_Records shown:_
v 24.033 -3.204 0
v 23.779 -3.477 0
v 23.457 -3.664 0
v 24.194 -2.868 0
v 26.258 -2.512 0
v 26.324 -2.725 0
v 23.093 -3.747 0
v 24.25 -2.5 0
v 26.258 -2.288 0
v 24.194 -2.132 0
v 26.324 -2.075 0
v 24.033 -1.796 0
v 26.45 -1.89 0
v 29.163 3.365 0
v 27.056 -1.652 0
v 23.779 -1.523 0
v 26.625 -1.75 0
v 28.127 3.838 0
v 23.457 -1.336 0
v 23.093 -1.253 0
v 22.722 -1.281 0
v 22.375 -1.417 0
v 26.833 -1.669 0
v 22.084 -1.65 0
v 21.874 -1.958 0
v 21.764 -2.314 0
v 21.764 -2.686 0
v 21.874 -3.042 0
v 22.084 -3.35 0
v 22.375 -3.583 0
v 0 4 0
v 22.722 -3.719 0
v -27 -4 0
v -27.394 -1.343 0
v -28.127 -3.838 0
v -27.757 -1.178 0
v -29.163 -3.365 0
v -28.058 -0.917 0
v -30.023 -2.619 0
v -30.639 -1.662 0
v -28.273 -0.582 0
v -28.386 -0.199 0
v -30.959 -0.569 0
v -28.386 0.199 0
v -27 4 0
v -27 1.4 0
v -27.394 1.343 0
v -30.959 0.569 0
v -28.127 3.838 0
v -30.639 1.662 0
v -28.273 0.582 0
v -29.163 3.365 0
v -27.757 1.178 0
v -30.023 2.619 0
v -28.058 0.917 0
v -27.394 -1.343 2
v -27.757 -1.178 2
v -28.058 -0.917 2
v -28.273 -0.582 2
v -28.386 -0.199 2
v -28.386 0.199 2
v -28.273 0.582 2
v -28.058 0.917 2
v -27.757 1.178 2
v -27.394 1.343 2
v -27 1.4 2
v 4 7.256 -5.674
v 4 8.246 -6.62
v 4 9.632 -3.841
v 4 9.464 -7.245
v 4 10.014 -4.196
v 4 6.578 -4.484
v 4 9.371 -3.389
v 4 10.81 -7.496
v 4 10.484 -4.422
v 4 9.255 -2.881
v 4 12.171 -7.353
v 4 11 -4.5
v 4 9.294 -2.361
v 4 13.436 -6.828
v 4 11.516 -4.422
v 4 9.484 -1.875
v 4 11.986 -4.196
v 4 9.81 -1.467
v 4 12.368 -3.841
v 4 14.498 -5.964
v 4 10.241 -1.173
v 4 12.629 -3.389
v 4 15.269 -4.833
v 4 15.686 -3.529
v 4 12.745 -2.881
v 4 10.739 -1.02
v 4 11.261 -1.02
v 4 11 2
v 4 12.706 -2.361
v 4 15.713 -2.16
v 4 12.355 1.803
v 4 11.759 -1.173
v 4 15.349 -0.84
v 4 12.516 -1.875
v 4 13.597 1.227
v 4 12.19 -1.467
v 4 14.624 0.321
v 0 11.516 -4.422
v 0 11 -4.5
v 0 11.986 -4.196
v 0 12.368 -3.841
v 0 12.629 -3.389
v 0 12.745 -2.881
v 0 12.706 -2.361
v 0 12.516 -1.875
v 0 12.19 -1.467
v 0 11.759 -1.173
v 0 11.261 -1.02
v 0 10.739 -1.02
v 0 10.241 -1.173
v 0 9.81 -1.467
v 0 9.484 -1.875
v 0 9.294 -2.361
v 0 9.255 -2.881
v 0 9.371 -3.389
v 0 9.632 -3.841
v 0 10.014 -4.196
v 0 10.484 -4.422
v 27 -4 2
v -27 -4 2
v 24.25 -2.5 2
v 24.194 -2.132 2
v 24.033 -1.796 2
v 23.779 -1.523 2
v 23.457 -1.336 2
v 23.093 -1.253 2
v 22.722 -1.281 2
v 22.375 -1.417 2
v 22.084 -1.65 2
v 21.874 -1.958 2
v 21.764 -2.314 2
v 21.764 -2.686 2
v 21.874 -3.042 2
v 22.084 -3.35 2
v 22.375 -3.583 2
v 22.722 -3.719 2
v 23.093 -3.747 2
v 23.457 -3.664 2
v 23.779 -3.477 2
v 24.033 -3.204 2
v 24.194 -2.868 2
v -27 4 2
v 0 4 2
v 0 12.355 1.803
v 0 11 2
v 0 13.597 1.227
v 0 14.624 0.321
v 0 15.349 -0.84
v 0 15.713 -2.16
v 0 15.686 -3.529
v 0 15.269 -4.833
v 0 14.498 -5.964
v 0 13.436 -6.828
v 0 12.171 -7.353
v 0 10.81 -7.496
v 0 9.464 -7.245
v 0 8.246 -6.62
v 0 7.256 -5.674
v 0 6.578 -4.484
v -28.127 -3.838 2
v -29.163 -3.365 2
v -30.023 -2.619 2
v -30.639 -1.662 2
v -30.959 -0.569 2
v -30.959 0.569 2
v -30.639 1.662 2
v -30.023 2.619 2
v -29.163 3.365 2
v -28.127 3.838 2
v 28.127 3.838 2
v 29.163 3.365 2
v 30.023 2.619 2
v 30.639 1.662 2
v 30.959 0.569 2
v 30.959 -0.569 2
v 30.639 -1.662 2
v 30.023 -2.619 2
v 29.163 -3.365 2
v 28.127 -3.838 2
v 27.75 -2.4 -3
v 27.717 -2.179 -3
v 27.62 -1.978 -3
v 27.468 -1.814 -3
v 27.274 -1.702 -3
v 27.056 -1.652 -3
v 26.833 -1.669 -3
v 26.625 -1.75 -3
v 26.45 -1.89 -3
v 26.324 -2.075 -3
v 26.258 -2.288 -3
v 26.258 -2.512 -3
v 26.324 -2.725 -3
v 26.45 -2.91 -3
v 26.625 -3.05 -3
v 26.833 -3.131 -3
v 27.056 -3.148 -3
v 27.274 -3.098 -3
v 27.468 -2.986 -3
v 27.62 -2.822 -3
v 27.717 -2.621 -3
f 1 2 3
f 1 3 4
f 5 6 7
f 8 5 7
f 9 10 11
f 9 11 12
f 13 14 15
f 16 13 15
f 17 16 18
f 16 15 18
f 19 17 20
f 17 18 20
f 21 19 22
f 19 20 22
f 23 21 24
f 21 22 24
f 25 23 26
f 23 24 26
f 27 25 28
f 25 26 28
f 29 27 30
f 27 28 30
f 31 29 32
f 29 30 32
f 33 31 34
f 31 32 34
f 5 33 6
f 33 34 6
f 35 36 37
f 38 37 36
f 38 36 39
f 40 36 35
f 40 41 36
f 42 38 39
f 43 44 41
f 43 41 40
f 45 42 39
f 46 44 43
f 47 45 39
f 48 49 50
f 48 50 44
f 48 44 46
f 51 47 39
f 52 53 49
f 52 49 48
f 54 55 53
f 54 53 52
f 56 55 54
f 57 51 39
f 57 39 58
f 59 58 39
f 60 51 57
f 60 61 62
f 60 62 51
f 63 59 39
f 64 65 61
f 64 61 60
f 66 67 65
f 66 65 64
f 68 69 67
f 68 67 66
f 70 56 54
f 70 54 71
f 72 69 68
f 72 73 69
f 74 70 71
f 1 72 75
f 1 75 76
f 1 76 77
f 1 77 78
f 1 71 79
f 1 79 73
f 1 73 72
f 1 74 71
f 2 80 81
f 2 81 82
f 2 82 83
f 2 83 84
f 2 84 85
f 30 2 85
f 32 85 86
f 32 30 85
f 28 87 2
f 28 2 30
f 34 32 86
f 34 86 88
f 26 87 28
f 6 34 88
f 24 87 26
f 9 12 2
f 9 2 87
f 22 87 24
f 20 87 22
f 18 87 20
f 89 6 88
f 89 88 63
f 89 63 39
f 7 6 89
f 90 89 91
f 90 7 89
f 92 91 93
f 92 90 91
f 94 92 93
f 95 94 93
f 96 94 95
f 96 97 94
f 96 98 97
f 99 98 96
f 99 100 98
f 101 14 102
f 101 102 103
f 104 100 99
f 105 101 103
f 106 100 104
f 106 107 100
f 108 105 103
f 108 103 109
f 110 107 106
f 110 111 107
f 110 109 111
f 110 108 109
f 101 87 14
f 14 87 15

_Your objective:_
Reproduce verbatim only the segment of the listing bounded by the line containing "v 4 10.014 -4.196" and the line containing "v 4 12.629 -3.389", with both boundary lines included.

_Answer to the problem:_
v 4 10.014 -4.196
v 4 6.578 -4.484
v 4 9.371 -3.389
v 4 10.81 -7.496
v 4 10.484 -4.422
v 4 9.255 -2.881
v 4 12.171 -7.353
v 4 11 -4.5
v 4 9.294 -2.361
v 4 13.436 -6.828
v 4 11.516 -4.422
v 4 9.484 -1.875
v 4 11.986 -4.196
v 4 9.81 -1.467
v 4 12.368 -3.841
v 4 14.498 -5.964
v 4 10.241 -1.173
v 4 12.629 -3.389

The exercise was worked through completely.